We're aware that it could be worse.
What exactly does "Republican" mean? If you're going by current perceptions, Bloomberg is a RINO. That's not to say that it's either good nor bad considering both Dems & Republicans fuck us equally. Of course you can try to rationalize or be partisan but I'll leave that to someone else who feels like being a fucktard.
I used to go to NYC several times a month, at least once a month. now I haven't gone in at least over a year. most of my favorite places went out of business. there is still a lot of cool stuff in NYC but it sucks finding a cool store or place to eat or place to see bands and come back and find it gone.
I keep hearing other republicans say republican's don't rule that way.
I also dispute the notion that people won't relocate their businesses to avoid PL's "urban regulatory hell". I saw plenty of examples of businesses leaving southern CA for Nevada when I lived out that way, and I see it now in New England (people opening up shop in New Hampshire rather than deal with Mass. or Rhode Island). I even knew a guy years ago who relocated his brew pub to Colorado after the city of Ann Arbor harassed him so much that he found he couldn't make a living selling beer in a college town.
But, but, they're so enlightened in Ann Arbor.
[H]e found he couldn't make a living selling beer in a college town.
Dear God, that's a serious indictment. It's like not being able to sell water to a guy who has been in the desert two days without water.
NYC Regs are being amended to prohibit anyone providing water to parched pedestrians. Unless they've been thirsty for less than 2 days or more than 6 days, and not on a Friday.
And you can't move in anyway that might be misconstrued as dancing.
Yeah. The last straw came when the city reassessed the property (he was in an old factory space near downtown) and his property taxes promptly tripled.
harassed him so much that he found he couldn't make a living selling beer in a college town.
Sweet Jeebus! Even at a Baptist college town, you should be able to earn a living by brewing beer.
hurlybuehrle, does your friend have some kind of blog describing his story?
I don't think so. There was much discussion of it on Ann Arbor blogs in the spring and summer of 2008 (his place was very popular), but I don't think he blogged about it himself.
What's ridiculous is that people don't see the harm this sort of thing causes. On a national level, what would our GDP be, and what rate of growth would we experience if we didn't have so much government intervention and regulation? The fact that we can have boom cycles despite massive regulation reflects two things: our free(er) market starting place and the strength of our economy.

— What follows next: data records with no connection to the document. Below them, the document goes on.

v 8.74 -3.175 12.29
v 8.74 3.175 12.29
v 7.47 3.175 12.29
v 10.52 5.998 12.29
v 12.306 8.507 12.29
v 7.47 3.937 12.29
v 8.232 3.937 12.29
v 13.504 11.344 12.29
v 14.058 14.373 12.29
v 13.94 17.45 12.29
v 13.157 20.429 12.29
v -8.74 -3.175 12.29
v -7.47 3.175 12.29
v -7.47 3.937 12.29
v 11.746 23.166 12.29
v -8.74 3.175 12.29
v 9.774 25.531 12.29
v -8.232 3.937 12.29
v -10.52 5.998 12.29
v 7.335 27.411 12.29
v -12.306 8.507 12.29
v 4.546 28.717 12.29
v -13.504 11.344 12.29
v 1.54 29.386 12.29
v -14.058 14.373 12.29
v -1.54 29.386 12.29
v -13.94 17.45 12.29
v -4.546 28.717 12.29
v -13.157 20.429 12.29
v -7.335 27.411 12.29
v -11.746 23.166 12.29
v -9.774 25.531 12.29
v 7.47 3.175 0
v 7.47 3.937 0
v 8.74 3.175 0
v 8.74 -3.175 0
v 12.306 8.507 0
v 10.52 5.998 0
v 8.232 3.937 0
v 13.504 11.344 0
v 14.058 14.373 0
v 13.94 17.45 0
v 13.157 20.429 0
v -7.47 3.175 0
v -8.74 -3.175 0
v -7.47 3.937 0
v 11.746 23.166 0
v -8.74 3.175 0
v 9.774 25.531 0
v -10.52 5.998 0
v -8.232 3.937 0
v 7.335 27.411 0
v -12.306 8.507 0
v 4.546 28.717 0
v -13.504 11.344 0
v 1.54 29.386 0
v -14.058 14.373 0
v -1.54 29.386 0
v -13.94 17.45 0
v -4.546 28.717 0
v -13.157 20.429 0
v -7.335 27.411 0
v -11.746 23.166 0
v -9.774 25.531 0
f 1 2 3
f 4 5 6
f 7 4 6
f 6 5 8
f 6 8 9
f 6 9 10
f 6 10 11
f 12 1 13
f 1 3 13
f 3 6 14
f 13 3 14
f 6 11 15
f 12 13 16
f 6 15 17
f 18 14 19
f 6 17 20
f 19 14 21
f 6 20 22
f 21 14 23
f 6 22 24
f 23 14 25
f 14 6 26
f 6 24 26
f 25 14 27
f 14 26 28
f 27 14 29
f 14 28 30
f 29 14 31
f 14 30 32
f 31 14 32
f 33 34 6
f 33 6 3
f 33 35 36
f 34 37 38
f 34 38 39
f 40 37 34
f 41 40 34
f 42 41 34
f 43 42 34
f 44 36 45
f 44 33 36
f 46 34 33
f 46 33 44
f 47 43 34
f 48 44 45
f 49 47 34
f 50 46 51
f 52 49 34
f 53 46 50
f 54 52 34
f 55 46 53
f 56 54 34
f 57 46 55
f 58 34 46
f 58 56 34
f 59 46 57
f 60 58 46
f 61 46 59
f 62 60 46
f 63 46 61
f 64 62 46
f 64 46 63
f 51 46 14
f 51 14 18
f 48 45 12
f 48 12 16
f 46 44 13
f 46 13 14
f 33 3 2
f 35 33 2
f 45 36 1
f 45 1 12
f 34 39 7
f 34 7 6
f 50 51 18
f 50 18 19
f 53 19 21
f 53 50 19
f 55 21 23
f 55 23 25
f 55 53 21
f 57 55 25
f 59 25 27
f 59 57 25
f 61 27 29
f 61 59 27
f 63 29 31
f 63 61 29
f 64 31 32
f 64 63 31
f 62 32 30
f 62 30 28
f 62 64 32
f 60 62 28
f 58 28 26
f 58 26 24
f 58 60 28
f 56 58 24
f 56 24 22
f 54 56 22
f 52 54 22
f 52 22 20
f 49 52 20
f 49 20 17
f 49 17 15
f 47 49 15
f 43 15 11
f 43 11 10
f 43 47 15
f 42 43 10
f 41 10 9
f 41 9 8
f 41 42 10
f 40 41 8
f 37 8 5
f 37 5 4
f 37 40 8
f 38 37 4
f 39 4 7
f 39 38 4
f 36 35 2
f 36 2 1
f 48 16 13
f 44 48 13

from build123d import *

# Parameters (mm, degrees)
BOSS_EXTRUDE1_DEPTH = 12.29


with BuildPart() as part:
    # Sketch2 → Boss-Extrude1 (new body)
    with BuildSketch(Plane.XY):
        with BuildLine():
            Line((-8.74, 3.175), (-7.47, 3.175))
            Line((-7.47, 3.175), (-7.47, 3.937))
            Line((-7.47, 3.937), (-8.232, 3.937))
            ThreePointArc((-8.232, 3.937), (0, 29.470311879), (8.232, 3.937))
            Line((8.232, 3.937), (7.47, 3.937))
            Line((7.47, 3.937), (7.47, 3.175))
            Line((7.47, 3.175), (8.74, 3.175))
            Line((8.74, 3.175), (8.74, -3.175))
            Line((8.74, -3.175), (-8.74, -3.175))
            Line((-8.74, -3.175), (-8.74, 3.175))
        make_face()
    extrude(amount=BOSS_EXTRUDE1_DEPTH)


solid = part.part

The problem is we can continue to go down this road for another 50 years. After that, we're Europe.
One of my favorites moronic laws is the liquor law in Monkey County, MD.
Rock Bottom Brewery, a local pub chain, brews its own beer on site. (Some of their brews are mighty tasty.) They then have to sell the beer to the county and then buy it back from them before they can sell it on premise. They actually have to roll the kegs out of the brewery to the county thugs workers and then roll them back.

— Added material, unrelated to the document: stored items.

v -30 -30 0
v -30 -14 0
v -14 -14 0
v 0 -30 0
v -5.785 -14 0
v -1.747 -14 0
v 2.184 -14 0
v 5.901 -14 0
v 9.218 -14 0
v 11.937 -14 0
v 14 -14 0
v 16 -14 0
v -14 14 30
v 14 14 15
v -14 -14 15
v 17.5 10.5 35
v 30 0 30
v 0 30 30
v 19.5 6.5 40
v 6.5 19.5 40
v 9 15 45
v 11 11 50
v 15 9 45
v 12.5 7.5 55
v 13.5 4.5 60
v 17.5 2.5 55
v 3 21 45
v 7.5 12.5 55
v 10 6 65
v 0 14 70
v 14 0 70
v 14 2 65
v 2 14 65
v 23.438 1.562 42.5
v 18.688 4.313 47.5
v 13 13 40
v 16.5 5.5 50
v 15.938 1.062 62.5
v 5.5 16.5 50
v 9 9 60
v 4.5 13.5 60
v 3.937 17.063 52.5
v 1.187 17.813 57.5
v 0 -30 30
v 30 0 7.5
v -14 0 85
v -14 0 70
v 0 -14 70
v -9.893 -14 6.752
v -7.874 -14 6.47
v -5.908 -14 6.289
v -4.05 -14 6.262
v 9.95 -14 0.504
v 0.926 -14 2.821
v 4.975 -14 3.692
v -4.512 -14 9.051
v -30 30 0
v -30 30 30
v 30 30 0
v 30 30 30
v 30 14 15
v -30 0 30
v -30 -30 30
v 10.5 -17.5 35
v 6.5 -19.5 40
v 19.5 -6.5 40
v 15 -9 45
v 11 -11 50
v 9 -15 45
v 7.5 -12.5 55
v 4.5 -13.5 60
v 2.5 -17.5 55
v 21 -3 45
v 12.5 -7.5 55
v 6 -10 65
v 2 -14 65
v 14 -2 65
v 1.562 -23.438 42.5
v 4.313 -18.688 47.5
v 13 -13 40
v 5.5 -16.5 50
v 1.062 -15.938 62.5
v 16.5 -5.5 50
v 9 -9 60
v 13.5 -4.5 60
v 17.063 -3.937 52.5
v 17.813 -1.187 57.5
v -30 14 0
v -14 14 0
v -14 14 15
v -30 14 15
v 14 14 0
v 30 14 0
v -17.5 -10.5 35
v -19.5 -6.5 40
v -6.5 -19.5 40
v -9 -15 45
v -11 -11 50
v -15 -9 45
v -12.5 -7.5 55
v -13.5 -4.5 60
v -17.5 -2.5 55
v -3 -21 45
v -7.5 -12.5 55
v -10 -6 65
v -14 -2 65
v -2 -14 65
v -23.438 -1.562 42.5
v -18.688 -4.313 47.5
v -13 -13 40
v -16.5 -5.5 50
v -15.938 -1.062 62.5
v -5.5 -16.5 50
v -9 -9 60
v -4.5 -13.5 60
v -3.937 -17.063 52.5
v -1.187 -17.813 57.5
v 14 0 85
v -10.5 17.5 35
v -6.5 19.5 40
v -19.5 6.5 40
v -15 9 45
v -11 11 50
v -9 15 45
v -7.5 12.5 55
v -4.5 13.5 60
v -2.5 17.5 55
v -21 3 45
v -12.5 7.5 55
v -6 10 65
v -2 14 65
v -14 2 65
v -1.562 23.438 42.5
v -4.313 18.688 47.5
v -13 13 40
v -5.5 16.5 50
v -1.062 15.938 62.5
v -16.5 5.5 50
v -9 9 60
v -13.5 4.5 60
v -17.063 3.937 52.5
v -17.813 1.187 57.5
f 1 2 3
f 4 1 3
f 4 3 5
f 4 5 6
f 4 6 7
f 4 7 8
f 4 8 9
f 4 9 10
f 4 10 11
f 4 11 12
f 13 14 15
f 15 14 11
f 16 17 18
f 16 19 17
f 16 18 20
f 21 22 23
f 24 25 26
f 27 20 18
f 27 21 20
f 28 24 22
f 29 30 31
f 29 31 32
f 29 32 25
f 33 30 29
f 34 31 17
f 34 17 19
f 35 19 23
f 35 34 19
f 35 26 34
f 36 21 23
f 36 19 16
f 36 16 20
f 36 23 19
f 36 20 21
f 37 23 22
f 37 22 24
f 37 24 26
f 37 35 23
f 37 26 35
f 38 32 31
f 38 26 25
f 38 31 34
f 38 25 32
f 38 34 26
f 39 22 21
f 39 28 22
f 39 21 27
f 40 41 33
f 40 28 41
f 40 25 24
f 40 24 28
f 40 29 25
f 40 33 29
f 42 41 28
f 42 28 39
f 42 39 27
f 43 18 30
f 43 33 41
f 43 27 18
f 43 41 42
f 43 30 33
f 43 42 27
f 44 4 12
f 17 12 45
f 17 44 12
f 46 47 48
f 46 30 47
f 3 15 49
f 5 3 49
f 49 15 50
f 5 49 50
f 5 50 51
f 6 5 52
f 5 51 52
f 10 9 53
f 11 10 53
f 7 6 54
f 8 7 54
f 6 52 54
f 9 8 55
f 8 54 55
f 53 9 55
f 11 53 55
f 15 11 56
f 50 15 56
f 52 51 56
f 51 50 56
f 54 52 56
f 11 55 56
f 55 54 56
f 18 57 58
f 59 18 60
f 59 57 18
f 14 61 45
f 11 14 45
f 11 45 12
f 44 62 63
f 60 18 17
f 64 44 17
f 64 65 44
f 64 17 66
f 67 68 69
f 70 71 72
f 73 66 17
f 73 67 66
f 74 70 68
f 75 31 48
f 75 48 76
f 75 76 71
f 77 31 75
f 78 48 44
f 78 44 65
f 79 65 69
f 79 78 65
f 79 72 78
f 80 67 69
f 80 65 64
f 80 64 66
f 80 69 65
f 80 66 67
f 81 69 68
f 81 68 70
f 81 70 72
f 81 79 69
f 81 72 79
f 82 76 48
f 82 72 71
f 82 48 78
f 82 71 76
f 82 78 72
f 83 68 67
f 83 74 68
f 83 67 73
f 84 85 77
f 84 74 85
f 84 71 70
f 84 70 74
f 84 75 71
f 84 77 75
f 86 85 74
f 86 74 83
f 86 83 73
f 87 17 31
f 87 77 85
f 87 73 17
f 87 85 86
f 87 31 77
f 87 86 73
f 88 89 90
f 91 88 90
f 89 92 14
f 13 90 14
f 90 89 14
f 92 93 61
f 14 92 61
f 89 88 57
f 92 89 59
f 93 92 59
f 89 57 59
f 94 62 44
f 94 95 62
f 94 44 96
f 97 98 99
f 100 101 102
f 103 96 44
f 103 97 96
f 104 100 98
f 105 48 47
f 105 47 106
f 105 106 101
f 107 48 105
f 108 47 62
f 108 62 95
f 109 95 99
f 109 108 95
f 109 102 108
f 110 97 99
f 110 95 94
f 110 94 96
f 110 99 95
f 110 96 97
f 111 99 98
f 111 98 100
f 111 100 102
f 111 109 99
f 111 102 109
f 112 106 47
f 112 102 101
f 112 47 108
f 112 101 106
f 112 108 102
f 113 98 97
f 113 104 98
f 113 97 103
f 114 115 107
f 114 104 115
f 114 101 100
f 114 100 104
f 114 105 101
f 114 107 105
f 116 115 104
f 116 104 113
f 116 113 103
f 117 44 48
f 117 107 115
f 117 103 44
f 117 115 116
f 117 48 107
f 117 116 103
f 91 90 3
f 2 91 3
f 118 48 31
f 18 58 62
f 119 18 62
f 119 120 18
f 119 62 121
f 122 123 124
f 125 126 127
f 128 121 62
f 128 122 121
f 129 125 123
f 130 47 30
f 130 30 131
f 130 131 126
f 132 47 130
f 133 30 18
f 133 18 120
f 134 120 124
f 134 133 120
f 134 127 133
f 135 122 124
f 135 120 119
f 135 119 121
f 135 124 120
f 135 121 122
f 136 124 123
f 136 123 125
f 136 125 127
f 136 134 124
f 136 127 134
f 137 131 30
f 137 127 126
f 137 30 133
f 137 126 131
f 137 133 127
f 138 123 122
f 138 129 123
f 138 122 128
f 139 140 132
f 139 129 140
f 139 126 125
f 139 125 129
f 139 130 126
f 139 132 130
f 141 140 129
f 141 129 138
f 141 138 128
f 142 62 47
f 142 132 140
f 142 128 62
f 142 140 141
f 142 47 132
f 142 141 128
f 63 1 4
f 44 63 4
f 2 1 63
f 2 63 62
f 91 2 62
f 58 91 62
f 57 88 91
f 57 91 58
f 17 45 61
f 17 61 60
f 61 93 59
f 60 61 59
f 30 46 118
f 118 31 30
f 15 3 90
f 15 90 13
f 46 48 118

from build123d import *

# Parameters (mm, degrees)
F0_W          = 60
F0_H          = 60
F1_DEPTH      = 30
F6_DEPTH      = 15
F8_DEPTH      = 14.001
F8_DEPTH_BACK = 14.001
F9_DEPTH      = 30.001
F19_DEPTH     = 60


with BuildPart() as f1:
    # F0 (on Top) → F1 (new body)
    with BuildSketch(Plane.XY):
        Rectangle(F0_W, F0_H)
    extrude(amount=F1_DEPTH)

    # F2 (on face) → F5 section 0
    with BuildSketch(Plane.XY.offset(30)):
        Polygon((30, 0), (0, 30), (-30, 0), (0, -30), align=None)
    # F4 (on offset) → F5 section 1
    with BuildSketch(Plane.XY.offset(70)):
        Polygon((14, 0), (0, 14), (-14, 0), (0, -14), align=None)
    loft()

    # F6 (add): a face of the model
    f6_faces = [f1.faces().sort_by_distance(p)[0] for p in [
        (0, 0, 70),
    ]]
    extrude(f6_faces, amount=F6_DEPTH)

    # F7 (on Right) → F8 (cut, two sides)
    with BuildSketch(Plane.YZ) as f8_sk:
        Polygon((14, 85), (0, 85), (14, 70), align=None)
        Polygon((0, 85), (-14, 85), (-14, 70), align=None)
    extrude(amount=-F8_DEPTH, mode=Mode.SUBTRACT)
    extrude(f8_sk.sketch, amount=F8_DEPTH_BACK, mode=Mode.SUBTRACT)

    # F9 (cut, through all): a face of the model
    f9_faces = [f1.faces().sort_by_distance(p)[0] for p in [
        (20, -20, 30),
    ]]
    extrude(f9_faces, amount=-F9_DEPTH, mode=Mode.SUBTRACT)

    # F13 (on offset) → F17 section 0
    with BuildSketch(Plane.YZ.offset(-14)):
        Polygon((14, -5), (14, 0), (14, 30), (-14, 15), (-14, 0), (-14, -5), align=None)
    # F11 (on offset) → F17 section 1
    with BuildSketch(Plane.YZ.offset(14)):
        Polygon((14, 15), (-14, 0), (-14, -5), (14, -5), (14, 0), align=None)
    loft(mode=Mode.SUBTRACT)

    # F18 (on face) → F19 (cut, through all)
    with BuildSketch(Plane.YZ.offset(30)):
        Polygon((14, 0), (14, 15), (0, 7.5), (0, 0), align=None)
        Polygon((0, 0), (0, 7.5), (-14, 0), align=None)
    extrude(amount=-F19_DEPTH, mode=Mode.SUBTRACT)


solid = f1.part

That might not be so bad if they buy it from the county for less than they sold it.
Sure. Right after they get the Rock Bottom Perpetual Motion Machine working.
I know. The county is probably using this arrangement to take a hefty cut.
Actually, the do leave. There certainly has been no job creation in NYC and the middle class is leaving. I'd also guess that a lot of "small business" owners simply work in the underground economy.
I don't know if there is any job creation in DC but I bet there is not if you don't count government jobs, and the middle class leaving DC too.
Oh hell yeah, the "underground economy" is huge here. There's a nearly bottomless supply of newcomers fresh off the boat who are willing to work hard for a fraction of what "an American" would demand. The businesses are above board but not the staff.
I recall a story on NPR about wage/hour enforcement inspectors in NYC being impeded in part by the fact that so many of the workers consider their working conditions just fine and that so many of the employers are also immigrants who came up working at the same sorts of jobs.